Blacks and Jews in Literary Conversation. - Review - book review
African American Review, Winter, 2000 by Lynn Weiss
Emily Miller Budick. Blacks and Jews in Literary Conversation. New York: Cambridge UP, 1999. 263 pp. $59.95 cloth/$17.95 paper.
The complex relationship expressed in the phrase Black/Jewish relations is the subject of Emily Budick's Blacks and Jews in Literary Conversation. This text is an important contribution to a growing corpus on a volatile subject that has generated studies in several disciplines. Spanning the political spectrum, these include: James Baldwin and Nat Hentoff, eds., Black Anti-Semitism and Jewish Racism (1969); Shlomo Katz, ed., Negro and Jew: An Encounter in America (1966); and, more recently, Benjamin Ginsberg's The Fatal Embrace: Jews and the State (1993); Paul Berman, ed., Black and Jews: Alliances and Arguments (1994); and Michael Lerner and Cornel West, Jews and Blacks: A Dialogue on Race, Religion and Culture in America (1995), as well as Jeffrey Melnick's A Right to Sing the Blues: African Americans, Jews and American Popular Song and Adam Newton's Facing Black and Jew: Literature as Public Space in Twentieth-Century America (1999). Budick's study offers fresh insight on the subject through an examination of the creative and critical work of several African American and Jewish American writers from the 1940s to the present.
In an America intolerant of racial or ethnic difference, Blacks and Jews have always been in competition for social and cultural space. Indeed, Budick argues, the "mutuality" that describes this relationship does not, as illustrated in Bernard Malamud's The Tenants, assure a "mutual" understanding or respect. Instead Blacks and Jews, whatever their purported similarities, are like two parallel lines which, in Budick's analysis, rarely meet in meaningful conversation. This is due to the way each group has used the other to construct its own distinct American identity. For their part, Jewish American writers of the early post-War period were unable or unwilling to recognize the African American as an American, first and foremost. As Budick rightly points out, what Ralph Ellsion rejects in Irving Howe and Stanley Hyman echoes what James Baldwin means by "stranger" in "Stranger in the Village": African American literature is not controlled by, but rather participates in, the creation of Western culture; the Afri can American is not the "stranger" in America. On the other side, Budick contends that African Americans' relationship to Jewish Americans has been affected by their encounter with Judaism through Christianity. Consequently when Ellison and Baldwin produce Old Testament-centered responses (such as Ellison's rejoinders to Howe or Baldwin's The Fire Next Time), their objective is to deliver black culture from Jewish and white Christian hands. Paradoxically then, the African American writer "becomes trapped into a position that is not autonomous or even distinctly his own."

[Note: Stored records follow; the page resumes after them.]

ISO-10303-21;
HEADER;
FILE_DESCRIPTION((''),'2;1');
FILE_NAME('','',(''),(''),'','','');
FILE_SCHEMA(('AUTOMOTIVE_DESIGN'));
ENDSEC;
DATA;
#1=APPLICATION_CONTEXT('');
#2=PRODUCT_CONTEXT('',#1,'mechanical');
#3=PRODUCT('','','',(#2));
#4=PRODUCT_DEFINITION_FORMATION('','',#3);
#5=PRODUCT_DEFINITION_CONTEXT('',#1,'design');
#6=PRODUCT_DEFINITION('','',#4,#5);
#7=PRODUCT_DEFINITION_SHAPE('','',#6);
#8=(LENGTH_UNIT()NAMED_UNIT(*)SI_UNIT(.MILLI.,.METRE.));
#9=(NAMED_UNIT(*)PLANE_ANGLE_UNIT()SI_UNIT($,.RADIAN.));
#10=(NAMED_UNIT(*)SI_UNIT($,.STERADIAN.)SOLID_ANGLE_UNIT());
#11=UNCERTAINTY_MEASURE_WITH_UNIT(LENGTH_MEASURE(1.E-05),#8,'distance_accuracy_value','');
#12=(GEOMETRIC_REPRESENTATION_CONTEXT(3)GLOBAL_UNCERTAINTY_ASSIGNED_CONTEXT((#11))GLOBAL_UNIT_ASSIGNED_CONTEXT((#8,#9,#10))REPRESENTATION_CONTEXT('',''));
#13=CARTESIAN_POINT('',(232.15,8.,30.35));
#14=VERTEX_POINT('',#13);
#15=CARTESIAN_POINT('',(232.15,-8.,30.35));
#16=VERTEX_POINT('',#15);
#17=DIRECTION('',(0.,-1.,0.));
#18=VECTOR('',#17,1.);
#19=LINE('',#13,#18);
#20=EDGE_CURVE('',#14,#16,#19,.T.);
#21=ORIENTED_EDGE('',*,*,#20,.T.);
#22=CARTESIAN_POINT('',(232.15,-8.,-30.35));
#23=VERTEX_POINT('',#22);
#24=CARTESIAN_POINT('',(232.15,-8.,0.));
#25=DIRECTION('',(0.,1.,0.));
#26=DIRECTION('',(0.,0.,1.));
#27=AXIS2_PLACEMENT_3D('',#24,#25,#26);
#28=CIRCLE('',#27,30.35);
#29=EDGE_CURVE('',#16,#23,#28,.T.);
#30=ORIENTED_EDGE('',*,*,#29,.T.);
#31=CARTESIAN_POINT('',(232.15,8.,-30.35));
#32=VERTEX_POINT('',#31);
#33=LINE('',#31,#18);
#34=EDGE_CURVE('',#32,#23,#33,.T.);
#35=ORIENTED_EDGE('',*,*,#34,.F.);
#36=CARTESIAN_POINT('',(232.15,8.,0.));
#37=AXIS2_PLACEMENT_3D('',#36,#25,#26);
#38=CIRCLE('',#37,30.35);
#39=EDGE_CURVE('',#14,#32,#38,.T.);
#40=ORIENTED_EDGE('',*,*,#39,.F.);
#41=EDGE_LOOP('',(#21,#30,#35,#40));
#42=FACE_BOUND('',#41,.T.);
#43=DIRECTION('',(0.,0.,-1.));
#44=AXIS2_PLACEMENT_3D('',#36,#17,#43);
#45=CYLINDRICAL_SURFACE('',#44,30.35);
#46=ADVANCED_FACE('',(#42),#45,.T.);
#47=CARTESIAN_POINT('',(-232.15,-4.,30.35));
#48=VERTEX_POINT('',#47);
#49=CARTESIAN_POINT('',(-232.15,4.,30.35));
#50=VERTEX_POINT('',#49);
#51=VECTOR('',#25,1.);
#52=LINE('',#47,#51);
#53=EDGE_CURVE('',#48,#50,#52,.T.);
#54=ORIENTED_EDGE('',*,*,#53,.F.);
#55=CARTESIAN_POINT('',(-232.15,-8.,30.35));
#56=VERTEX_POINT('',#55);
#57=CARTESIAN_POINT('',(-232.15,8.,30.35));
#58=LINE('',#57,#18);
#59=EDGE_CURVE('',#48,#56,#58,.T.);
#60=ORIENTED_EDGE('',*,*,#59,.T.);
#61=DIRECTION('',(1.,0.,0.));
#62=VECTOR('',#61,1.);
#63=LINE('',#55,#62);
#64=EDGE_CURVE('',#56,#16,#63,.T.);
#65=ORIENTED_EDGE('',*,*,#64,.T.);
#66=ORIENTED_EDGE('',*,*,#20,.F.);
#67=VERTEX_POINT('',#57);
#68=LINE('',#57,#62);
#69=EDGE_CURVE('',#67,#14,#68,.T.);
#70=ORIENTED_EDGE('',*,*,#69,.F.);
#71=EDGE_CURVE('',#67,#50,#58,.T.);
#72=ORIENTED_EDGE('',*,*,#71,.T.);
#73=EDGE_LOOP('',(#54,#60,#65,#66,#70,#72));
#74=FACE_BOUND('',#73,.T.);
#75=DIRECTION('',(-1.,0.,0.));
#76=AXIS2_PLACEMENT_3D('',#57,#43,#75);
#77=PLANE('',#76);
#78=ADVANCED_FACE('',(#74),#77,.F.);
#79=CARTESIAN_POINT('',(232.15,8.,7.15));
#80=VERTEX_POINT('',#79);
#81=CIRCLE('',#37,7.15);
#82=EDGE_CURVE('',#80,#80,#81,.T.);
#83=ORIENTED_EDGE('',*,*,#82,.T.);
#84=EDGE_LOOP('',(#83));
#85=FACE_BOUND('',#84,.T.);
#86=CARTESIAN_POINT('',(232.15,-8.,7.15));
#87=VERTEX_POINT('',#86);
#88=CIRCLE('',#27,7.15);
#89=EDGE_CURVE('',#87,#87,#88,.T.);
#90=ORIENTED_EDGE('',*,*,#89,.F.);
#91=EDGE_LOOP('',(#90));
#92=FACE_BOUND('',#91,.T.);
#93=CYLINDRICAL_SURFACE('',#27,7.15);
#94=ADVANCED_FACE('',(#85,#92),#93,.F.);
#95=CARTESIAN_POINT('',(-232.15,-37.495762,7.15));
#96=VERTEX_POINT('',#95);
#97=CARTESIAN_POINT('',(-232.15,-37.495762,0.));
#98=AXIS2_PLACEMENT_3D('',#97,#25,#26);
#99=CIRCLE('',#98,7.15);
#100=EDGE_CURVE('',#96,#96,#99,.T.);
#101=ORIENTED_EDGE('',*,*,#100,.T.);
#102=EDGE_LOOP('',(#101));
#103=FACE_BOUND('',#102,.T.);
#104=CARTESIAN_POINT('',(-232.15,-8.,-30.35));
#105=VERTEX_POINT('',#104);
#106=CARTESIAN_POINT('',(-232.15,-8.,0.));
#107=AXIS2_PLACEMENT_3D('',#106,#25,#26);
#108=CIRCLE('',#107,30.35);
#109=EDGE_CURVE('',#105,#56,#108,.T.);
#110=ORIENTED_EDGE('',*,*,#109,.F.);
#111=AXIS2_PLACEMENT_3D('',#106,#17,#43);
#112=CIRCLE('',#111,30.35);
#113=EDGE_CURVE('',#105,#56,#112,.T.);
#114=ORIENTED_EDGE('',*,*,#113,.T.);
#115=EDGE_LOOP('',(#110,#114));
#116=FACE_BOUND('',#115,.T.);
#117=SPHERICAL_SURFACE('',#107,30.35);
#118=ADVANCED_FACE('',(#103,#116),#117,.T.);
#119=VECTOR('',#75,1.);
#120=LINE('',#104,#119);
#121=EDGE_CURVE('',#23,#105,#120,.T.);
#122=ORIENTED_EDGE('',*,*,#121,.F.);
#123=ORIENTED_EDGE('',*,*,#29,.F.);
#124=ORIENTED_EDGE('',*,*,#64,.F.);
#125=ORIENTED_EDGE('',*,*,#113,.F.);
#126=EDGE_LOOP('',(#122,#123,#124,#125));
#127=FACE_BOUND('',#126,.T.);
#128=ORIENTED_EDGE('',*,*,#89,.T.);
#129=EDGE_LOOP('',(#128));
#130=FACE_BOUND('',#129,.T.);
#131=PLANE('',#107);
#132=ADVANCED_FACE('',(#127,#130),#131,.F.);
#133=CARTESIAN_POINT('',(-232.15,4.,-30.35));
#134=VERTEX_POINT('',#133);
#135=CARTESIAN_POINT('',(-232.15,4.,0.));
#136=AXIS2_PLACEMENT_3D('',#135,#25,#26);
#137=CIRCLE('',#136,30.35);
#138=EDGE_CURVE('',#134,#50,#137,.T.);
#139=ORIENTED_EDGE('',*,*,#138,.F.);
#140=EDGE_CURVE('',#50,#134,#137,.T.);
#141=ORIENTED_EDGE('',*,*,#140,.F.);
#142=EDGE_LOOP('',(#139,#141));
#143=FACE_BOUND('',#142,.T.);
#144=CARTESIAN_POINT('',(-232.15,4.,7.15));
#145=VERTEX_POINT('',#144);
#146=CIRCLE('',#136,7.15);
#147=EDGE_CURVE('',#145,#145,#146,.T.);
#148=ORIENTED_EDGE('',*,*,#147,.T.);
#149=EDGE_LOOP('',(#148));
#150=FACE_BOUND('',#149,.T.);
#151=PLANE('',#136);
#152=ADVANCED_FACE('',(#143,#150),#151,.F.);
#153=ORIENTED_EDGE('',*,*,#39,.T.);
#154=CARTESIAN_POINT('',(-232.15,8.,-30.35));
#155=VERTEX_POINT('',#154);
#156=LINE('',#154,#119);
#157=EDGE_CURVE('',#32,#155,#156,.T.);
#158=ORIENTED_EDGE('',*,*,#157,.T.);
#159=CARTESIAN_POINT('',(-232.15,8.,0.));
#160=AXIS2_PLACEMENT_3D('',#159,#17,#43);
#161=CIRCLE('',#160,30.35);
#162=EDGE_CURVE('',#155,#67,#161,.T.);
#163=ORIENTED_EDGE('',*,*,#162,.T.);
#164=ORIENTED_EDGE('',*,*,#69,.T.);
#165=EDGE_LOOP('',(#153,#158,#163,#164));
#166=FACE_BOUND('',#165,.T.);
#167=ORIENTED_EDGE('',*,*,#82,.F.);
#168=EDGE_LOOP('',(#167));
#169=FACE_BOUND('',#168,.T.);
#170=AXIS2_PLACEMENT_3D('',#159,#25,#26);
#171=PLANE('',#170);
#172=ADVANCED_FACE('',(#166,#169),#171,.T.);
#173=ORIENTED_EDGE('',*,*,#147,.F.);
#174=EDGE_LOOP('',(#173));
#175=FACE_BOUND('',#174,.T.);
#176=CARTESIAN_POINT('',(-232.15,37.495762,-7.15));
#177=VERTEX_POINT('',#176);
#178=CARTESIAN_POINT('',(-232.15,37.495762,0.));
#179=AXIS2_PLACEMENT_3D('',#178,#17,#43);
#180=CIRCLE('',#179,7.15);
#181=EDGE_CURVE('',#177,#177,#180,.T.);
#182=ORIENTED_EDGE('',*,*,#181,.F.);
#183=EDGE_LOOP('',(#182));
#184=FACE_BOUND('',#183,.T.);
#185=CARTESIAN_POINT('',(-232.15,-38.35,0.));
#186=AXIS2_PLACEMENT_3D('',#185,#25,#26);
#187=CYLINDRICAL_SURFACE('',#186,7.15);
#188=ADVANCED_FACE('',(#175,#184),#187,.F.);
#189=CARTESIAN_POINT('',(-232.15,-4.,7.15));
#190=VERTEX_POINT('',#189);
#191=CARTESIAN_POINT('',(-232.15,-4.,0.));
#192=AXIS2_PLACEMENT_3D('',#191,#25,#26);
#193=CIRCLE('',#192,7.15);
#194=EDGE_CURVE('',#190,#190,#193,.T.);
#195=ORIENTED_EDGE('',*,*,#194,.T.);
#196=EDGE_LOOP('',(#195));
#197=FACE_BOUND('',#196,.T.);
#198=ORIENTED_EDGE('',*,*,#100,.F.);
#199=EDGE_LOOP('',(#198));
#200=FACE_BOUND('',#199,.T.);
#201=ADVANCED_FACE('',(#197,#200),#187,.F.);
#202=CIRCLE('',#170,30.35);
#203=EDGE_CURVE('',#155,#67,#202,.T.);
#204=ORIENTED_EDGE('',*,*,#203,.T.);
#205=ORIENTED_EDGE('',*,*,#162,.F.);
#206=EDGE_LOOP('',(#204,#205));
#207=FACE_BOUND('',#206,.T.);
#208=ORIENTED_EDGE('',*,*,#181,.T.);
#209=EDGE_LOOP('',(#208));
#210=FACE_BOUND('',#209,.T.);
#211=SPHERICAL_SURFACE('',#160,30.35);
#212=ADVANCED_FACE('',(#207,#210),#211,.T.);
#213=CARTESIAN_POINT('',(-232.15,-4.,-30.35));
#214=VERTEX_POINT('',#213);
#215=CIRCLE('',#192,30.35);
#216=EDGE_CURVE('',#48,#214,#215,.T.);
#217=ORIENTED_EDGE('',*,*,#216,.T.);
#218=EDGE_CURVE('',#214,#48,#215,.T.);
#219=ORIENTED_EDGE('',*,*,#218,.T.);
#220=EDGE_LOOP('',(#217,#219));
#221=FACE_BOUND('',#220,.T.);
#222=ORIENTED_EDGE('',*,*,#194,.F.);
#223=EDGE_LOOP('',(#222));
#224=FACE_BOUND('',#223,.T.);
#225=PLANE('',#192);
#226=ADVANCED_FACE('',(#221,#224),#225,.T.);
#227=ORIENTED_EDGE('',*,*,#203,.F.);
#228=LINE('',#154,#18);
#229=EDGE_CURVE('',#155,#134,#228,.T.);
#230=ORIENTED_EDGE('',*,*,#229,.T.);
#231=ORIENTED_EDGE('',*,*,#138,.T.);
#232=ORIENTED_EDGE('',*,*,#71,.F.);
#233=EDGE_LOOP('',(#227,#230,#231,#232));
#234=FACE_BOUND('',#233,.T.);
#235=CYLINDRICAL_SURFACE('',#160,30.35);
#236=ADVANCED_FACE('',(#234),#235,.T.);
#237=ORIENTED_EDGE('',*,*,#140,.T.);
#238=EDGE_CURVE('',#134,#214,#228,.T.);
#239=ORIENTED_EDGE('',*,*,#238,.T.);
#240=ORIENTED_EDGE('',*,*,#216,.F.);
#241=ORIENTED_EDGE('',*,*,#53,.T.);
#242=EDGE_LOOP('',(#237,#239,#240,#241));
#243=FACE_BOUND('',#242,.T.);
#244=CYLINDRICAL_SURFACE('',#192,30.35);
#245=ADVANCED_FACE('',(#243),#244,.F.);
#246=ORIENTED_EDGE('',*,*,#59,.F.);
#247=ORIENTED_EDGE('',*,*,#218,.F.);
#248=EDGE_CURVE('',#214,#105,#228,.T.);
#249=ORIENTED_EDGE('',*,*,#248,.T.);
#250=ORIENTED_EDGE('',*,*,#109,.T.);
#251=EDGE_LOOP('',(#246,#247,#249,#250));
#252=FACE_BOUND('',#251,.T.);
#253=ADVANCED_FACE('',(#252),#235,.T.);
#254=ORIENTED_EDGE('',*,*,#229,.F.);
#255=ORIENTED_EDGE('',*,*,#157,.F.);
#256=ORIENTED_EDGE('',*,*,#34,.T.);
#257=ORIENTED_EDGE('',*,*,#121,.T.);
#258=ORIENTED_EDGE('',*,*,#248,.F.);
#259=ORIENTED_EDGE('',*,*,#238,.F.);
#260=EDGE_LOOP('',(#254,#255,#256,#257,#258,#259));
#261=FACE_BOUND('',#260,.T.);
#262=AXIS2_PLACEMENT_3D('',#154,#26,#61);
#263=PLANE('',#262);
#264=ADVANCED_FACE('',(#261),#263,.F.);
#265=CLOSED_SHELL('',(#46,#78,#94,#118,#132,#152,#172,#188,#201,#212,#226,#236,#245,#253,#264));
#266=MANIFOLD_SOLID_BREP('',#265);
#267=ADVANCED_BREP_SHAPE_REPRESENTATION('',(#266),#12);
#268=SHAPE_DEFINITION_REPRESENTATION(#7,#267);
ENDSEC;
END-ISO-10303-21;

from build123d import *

# Parameters (mm, degrees)
BOSS_EXTRU_1_DEPTH           = 8
ESQUISSE2_R                  = 7.15
ENL_V_MAT_EXTRU_1_DEPTH      = 265.732643435
R_VOLUTION1_ANGLE            = 180
ESQUISSE4_R                  = 30.35
ENL_V_MAT_EXTRU_2_DEPTH      = 4
ENL_V_MAT_EXTRU_3_DEPTH      = 268.017031292
ENL_V_MAT_EXTRU_3_DEPTH_BACK = 268.017031292
ESQUISSE5_R                  = 7.15


with BuildPart() as part:
    # Esquisse1 → Boss.-Extru.1 (new, symmetric)
    with BuildSketch(Plane(origin=(0, 0, 0), x_dir=(1, 0, 0), z_dir=(0, 1, 0))):
        with BuildLine():
            Line((-232.15, 30.35), (232.15, 30.35))
            ThreePointArc((232.15, 30.35), (262.5, 0), (232.15, -30.35))
            Line((232.15, -30.35), (-232.15, -30.35))
            ThreePointArc((-232.15, -30.35), (-262.5, 0), (-232.15, 30.35))
        make_face()
    extrude(amount=BOSS_EXTRU_1_DEPTH, both=True)

    # Esquisse2 → Enlèv. mat.-Extru.1 (cut, through all)
    with BuildSketch(Plane(origin=(0, 8, 0), x_dir=(1, 0, 0), z_dir=(0, 1, 0))):
        with Locations(Location((232.15, 0, 0), (0, 0, 270))):
            Circle(ESQUISSE2_R)
    extrude(amount=-ENL_V_MAT_EXTRU_1_DEPTH, mode=Mode.SUBTRACT)

    # Esquisse3 → Révolution1 (revolve)
    with BuildSketch(Plane(origin=(0, 8, 0), x_dir=(1, 0, 0), z_dir=(0, 1, 0))):
        with BuildLine():
            Line((-232.15, 30.35), (-232.15, -30.35))
            ThreePointArc((-232.15, -30.35), (-262.5, 0), (-232.15, 30.35))
        make_face()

Next, Budick carefully examines the conversation about race and racism to which the pages of Commentary and The Crisis were devoted during and after the Second World War. This section addresses the immediate consequences of the Holocaust on the discussion of "Black/Jewish relations." The error of drawing parallels between the European Jew's experience of the Holocaust and the African's experience of slavery is that it produces important distortions of each experience, best illustrated by Hannah Arendt's "Reflections on Little Rock" and Stanley M. Elkins's Slavery. This mutual mis-reading is further explored in the context of the post-War celebration of assimilation, integration, and liberalism. Here Budick considers the most vocal participants in the conversation: Harold Cruse on Zionism, Norman Podhoretz on "miscegenation," and James Baldwin on liberalism. Against this background, the following two chapters examine the Jewish American writer's use of black cultural materials to construct a secular Jewish Am erican identity and then scrutinize the African American writer's use of Jewish history and culture to establish and assert an African American identity.
Through the early post-War fiction of Lionel Trilling ("The Other Margaret") and H. J. Kaplan ("The Mohammadeans"), Budick considers the way Jewish American liberals used African Americans and their history to reconstruct a non-religious Jewish identity wherein the Jew becomes a symbol of transnational morality dedicated to the rights of the oppressed. This post-War Jewishness is made more visible through the "parallel" experience of African Americans. In this imaginative remaking of Jewish American identity two features of the liberal Jew's politics become apparent: "Jewishness" merges with the African American experience of race and racism, making it more race than faith; and this non-religious Jewishness illustrates the secular Jew's resistance to Zionism and, by extension, the state of Israel. A better illustration of this position is Saul Bellow's Mr. Sammler's Planet, in which the black character functions to construct a Jewish American identity and an Israeli identity, and it is implied that American Jews must resist the latter. But making the Jew the symbol of Western morality is, Budick argues, offensive "to Jewish populations (such as the Israeli population or religious community) who may believe that identity has to do with commitment rather than race, with specificity rather than with general humanistic value."